*** Begin section ***
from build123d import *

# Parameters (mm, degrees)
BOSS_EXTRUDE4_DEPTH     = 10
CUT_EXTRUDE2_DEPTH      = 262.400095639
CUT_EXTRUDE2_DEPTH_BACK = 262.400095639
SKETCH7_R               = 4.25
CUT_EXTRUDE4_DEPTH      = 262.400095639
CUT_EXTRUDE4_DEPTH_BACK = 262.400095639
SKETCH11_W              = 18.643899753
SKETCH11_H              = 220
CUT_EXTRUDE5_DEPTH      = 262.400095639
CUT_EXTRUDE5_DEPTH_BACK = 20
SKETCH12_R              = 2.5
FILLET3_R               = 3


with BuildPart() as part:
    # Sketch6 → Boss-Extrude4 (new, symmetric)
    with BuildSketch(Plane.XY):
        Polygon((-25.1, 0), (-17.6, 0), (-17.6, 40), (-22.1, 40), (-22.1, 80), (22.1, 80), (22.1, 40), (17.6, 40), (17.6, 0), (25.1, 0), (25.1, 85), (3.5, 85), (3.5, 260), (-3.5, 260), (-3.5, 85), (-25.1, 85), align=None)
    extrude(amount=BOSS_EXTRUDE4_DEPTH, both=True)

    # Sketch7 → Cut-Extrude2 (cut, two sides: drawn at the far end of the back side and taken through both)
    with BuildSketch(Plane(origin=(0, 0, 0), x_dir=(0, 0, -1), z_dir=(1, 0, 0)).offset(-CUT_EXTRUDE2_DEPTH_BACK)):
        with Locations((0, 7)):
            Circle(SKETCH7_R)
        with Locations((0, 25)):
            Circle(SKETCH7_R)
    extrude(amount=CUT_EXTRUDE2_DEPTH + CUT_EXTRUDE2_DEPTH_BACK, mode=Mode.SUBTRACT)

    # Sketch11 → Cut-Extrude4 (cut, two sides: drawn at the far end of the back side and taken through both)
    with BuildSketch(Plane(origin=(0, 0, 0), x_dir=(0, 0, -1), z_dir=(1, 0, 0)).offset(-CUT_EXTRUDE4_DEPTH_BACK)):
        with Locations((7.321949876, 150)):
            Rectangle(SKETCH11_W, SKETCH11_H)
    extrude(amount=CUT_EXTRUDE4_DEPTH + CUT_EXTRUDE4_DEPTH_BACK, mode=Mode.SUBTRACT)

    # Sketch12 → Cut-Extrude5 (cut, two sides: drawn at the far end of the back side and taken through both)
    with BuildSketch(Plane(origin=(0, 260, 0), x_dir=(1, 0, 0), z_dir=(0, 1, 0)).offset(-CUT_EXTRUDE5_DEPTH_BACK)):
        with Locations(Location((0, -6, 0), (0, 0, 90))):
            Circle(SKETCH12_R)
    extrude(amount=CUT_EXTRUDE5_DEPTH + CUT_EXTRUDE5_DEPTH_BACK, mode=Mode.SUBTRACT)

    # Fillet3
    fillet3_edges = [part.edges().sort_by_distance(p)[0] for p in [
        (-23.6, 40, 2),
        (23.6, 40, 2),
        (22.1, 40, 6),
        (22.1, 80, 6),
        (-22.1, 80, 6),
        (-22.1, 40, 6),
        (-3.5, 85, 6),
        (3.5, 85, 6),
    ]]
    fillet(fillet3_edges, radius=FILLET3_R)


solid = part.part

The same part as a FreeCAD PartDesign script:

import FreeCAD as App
import Part
import Sketcher
from FreeCAD import Vector


def edges_at(feature, points):
    """Names of the edges that pass closest to the given points."""
    edges = feature.Shape.Edges
    near = lambda p: min(range(len(edges)), key=lambda i: edges[i].distToShape(Part.Vertex(*p))[0])
    return sorted({f"Edge{near(p) + 1}" for p in points})


def add_polygon(sketch, points):
    """Adds a closed chain of lines whose ends are joined by coincident constraints."""
    first, n = sketch.GeometryCount, len(points)
    for a, b in zip(points, points[1:] + points[:1]):
        sketch.addGeometry(Part.LineSegment(App.Vector(*a, 0), App.Vector(*b, 0)), False)
    for i in range(n):
        sketch.addConstraint(Sketcher.Constraint("Coincident", first + i, 2, first + (i + 1) % n, 1))

doc = App.newDocument("Part")
body = doc.addObject("PartDesign::Body", "Body")

sketch1 = doc.addObject("Sketcher::SketchObject", "Sketch")
body.addObject(sketch1)
sketch1.AttachmentSupport = (doc.XY_Plane, [""])
sketch1.MapMode = "FlatFace"
add_polygon(sketch1, [(-25.1, 0), (-17.6, 0), (-17.6, 40), (-22.1, 40), (-22.1, 80), (22.1, 80), (22.1, 40), (17.6, 40), (17.6, 0), (25.1, 0), (25.1, 85), (3.5, 85), (3.5, 260), (-3.5, 260), (-3.5, 85), (-25.1, 85)])
sketch1.addConstraint(Sketcher.Constraint("Horizontal", 0))
sketch1.addConstraint(Sketcher.Constraint("Vertical", 1))
sketch1.addConstraint(Sketcher.Constraint("Horizontal", 2))
sketch1.addConstraint(Sketcher.Constraint("Vertical", 3))
sketch1.addConstraint(Sketcher.Constraint("Horizontal", 4))
sketch1.addConstraint(Sketcher.Constraint("Vertical", 5))
sketch1.addConstraint(Sketcher.Constraint("Horizontal", 6))
sketch1.addConstraint(Sketcher.Constraint("Vertical", 7))
sketch1.addConstraint(Sketcher.Constraint("Horizontal", 8))
sketch1.addConstraint(Sketcher.Constraint("Vertical", 9))
sketch1.addConstraint(Sketcher.Constraint("Horizontal", 10))
sketch1.addConstraint(Sketcher.Constraint("Vertical", 11))
sketch1.addConstraint(Sketcher.Constraint("Horizontal", 12))
sketch1.addConstraint(Sketcher.Constraint("Vertical", 13))
sketch1.addConstraint(Sketcher.Constraint("Horizontal", 14))
sketch1.addConstraint(Sketcher.Constraint("Vertical", 15))
sketch1.addConstraint(Sketcher.Constraint("Symmetric", 0, 2, 7, 2, -1, 1))
sketch1.addConstraint(Sketcher.Constraint("Symmetric", 2, 2, 5, 2, -2))
sketch1.addConstraint(Sketcher.Constraint("Symmetric", 10, 2, 13, 2, -2))
sketch1.addConstraint(Sketcher.Constraint("Symmetric", 8, 2, 15, 2, -2))
sketch1.addConstraint(Sketcher.Constraint("Equal", 1, 3))
sketch1.addConstraint(Sketcher.Constraint("DistanceX", 12, 2, 12, 1, 7.0))
sketch1.addConstraint(Sketcher.Constraint("DistanceY", 1, 1, 1, 2, 40.0))
sketch1.addConstraint(Sketcher.Constraint("DistanceY", 9, 1, 9, 2, 85.0))
sketch1.addConstraint(Sketcher.Constraint("DistanceY", 11, 1, 11, 2, 175.0))
sketch1.addConstraint(Sketcher.Constraint("DistanceX", 0, 1, 0, 2, 7.5))
sketch1.addConstraint(Sketcher.Constraint("DistanceX", 2, 2, 2, 1, 4.5))
sketch1.addConstraint(Sketcher.Constraint("DistanceX", 4, 1, 4, 2, 44.2))
pad1 = doc.addObject("PartDesign::Pad", "Pad")
body.addObject(pad1)
pad1.Profile = sketch1
pad1.Length = 20
pad1.Midplane = True

sketch2 = doc.addObject("Sketcher::SketchObject", "Sketch001")
body.addObject(sketch2)
sketch2.AttachmentSupport = (doc.YZ_Plane, [""])
sketch2.MapMode = "FlatFace"
sketch2.addGeometry(Part.Circle(Vector(7, 0, 0), Vector(0, 0, 1), 4.2), False)
sketch2.addGeometry(Part.Circle(Vector(25, 0, 0), Vector(0, 0, 1), 4.2), False)
sketch2.addConstraint(Sketcher.Constraint("Equal", 0, 1))
sketch2.addConstraint(Sketcher.Constraint("PointOnObject", 0, 3, -1))
sketch2.addConstraint(Sketcher.Constraint("PointOnObject", 1, 3, -1))
sketch2.addConstraint(Sketcher.Constraint("Diameter", 0, 8.5))
sketch2.addConstraint(Sketcher.Constraint("DistanceX", -1, 1, 0, 3, 7.0))
sketch2.addConstraint(Sketcher.Constraint("DistanceX", -1, 1, 1, 3, 25.0))
pocket1 = doc.addObject("PartDesign::Pocket", "Pocket")
body.addObject(pocket1)
pocket1.Profile = sketch2
pocket1.Type = "ThroughAll"
pocket1.Midplane = True

sketch3 = doc.addObject("Sketcher::SketchObject", "Sketch002")
body.addObject(sketch3)
sketch3.AttachmentSupport = (doc.YZ_Plane, [""])
sketch3.MapMode = "FlatFace"
add_polygon(sketch3, [(260, 2), (40, 2), (40, -17), (260, -17)])
sketch3.addConstraint(Sketcher.Constraint("Horizontal", 0))
sketch3.addConstraint(Sketcher.Constraint("Vertical", 1))
sketch3.addConstraint(Sketcher.Constraint("Horizontal", 2))
sketch3.addConstraint(Sketcher.Constraint("Vertical", 3))
sketch3.addConstraint(Sketcher.Constraint("DistanceX", 0, 2, 0, 1, 220.0))
sketch3.addConstraint(Sketcher.Constraint("DistanceX", -1, 1, 0, 2, 40.0))
sketch3.addConstraint(Sketcher.Constraint("DistanceY", -1, 1, 0, 2, 2.0))
sketch3.addConstraint(Sketcher.Constraint("DistanceY", 1, 2, 1, 1, 18.6439))
pocket2 = doc.addObject("PartDesign::Pocket", "Pocket001")
body.addObject(pocket2)
pocket2.Profile = sketch3
pocket2.Type = "ThroughAll"
pocket2.Midplane = True

sketch4 = doc.addObject("Sketcher::SketchObject", "Sketch003")
body.addObject(sketch4)
sketch4.AttachmentSupport = (doc.XZ_Plane, [""])
sketch4.MapMode = "FlatFace"
sketch4.AttachmentOffset = App.Placement(Vector(0, 0, -260), App.Rotation())
sketch4.addGeometry(Part.Circle(Vector(0, 6, 0), Vector(0, 0, 1), 2.5), False)
sketch4.addConstraint(Sketcher.Constraint("PointOnObject", 0, 3, -2))
sketch4.addConstraint(Sketcher.Constraint("Diameter", 0, 5.0))
sketch4.addConstraint(Sketcher.Constraint("DistanceY", -1, 1, 0, 3, 6.0))
pocket3 = doc.addObject("PartDesign::Pocket", "Pocket002")
body.addObject(pocket3)
pocket3.Profile = sketch4
pocket3.Type = "TwoLengths"
pocket3.Length = 262.400096
pocket3.Length2 = 20
doc.recompute()

fillet = doc.addObject("PartDesign::Fillet", "Fillet")
body.addObject(fillet)
fillet.Base = (pocket3, edges_at(pocket3, [
    (-23.6, 40, 2),
    (23.6, 40, 2),
    (22.1, 40, 6),
    (22.1, 80, 6),
    (-22.1, 80, 6),
    (-22.1, 40, 6),
    (-3.5, 85, 6),
    (3.5, 85, 6),
]))
fillet.Radius = 3

doc.recompute()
*** End section ***
From the entries above, extract only the lines running from the one containing "CUT_EXTRUDE5_DEPTH_BACK = 20" through the one containing "# Sketch11 →", inclusive.

**Result below:**
CUT_EXTRUDE5_DEPTH_BACK = 20
SKETCH12_R              = 2.5
FILLET3_R               = 3


with BuildPart() as part:
    # Sketch6 → Boss-Extrude4 (new, symmetric)
    with BuildSketch(Plane.XY):
        Polygon((-25.1, 0), (-17.6, 0), (-17.6, 40), (-22.1, 40), (-22.1, 80), (22.1, 80), (22.1, 40), (17.6, 40), (17.6, 0), (25.1, 0), (25.1, 85), (3.5, 85), (3.5, 260), (-3.5, 260), (-3.5, 85), (-25.1, 85), align=None)
    extrude(amount=BOSS_EXTRUDE4_DEPTH, both=True)

    # Sketch7 → Cut-Extrude2 (cut, two sides: drawn at the far end of the back side and taken through both)
    with BuildSketch(Plane(origin=(0, 0, 0), x_dir=(0, 0, -1), z_dir=(1, 0, 0)).offset(-CUT_EXTRUDE2_DEPTH_BACK)):
        with Locations((0, 7)):
            Circle(SKETCH7_R)
        with Locations((0, 25)):
            Circle(SKETCH7_R)
    extrude(amount=CUT_EXTRUDE2_DEPTH + CUT_EXTRUDE2_DEPTH_BACK, mode=Mode.SUBTRACT)

    # Sketch11 → Cut-Extrude4 (cut, two sides: drawn at the far end of the back side and taken through both)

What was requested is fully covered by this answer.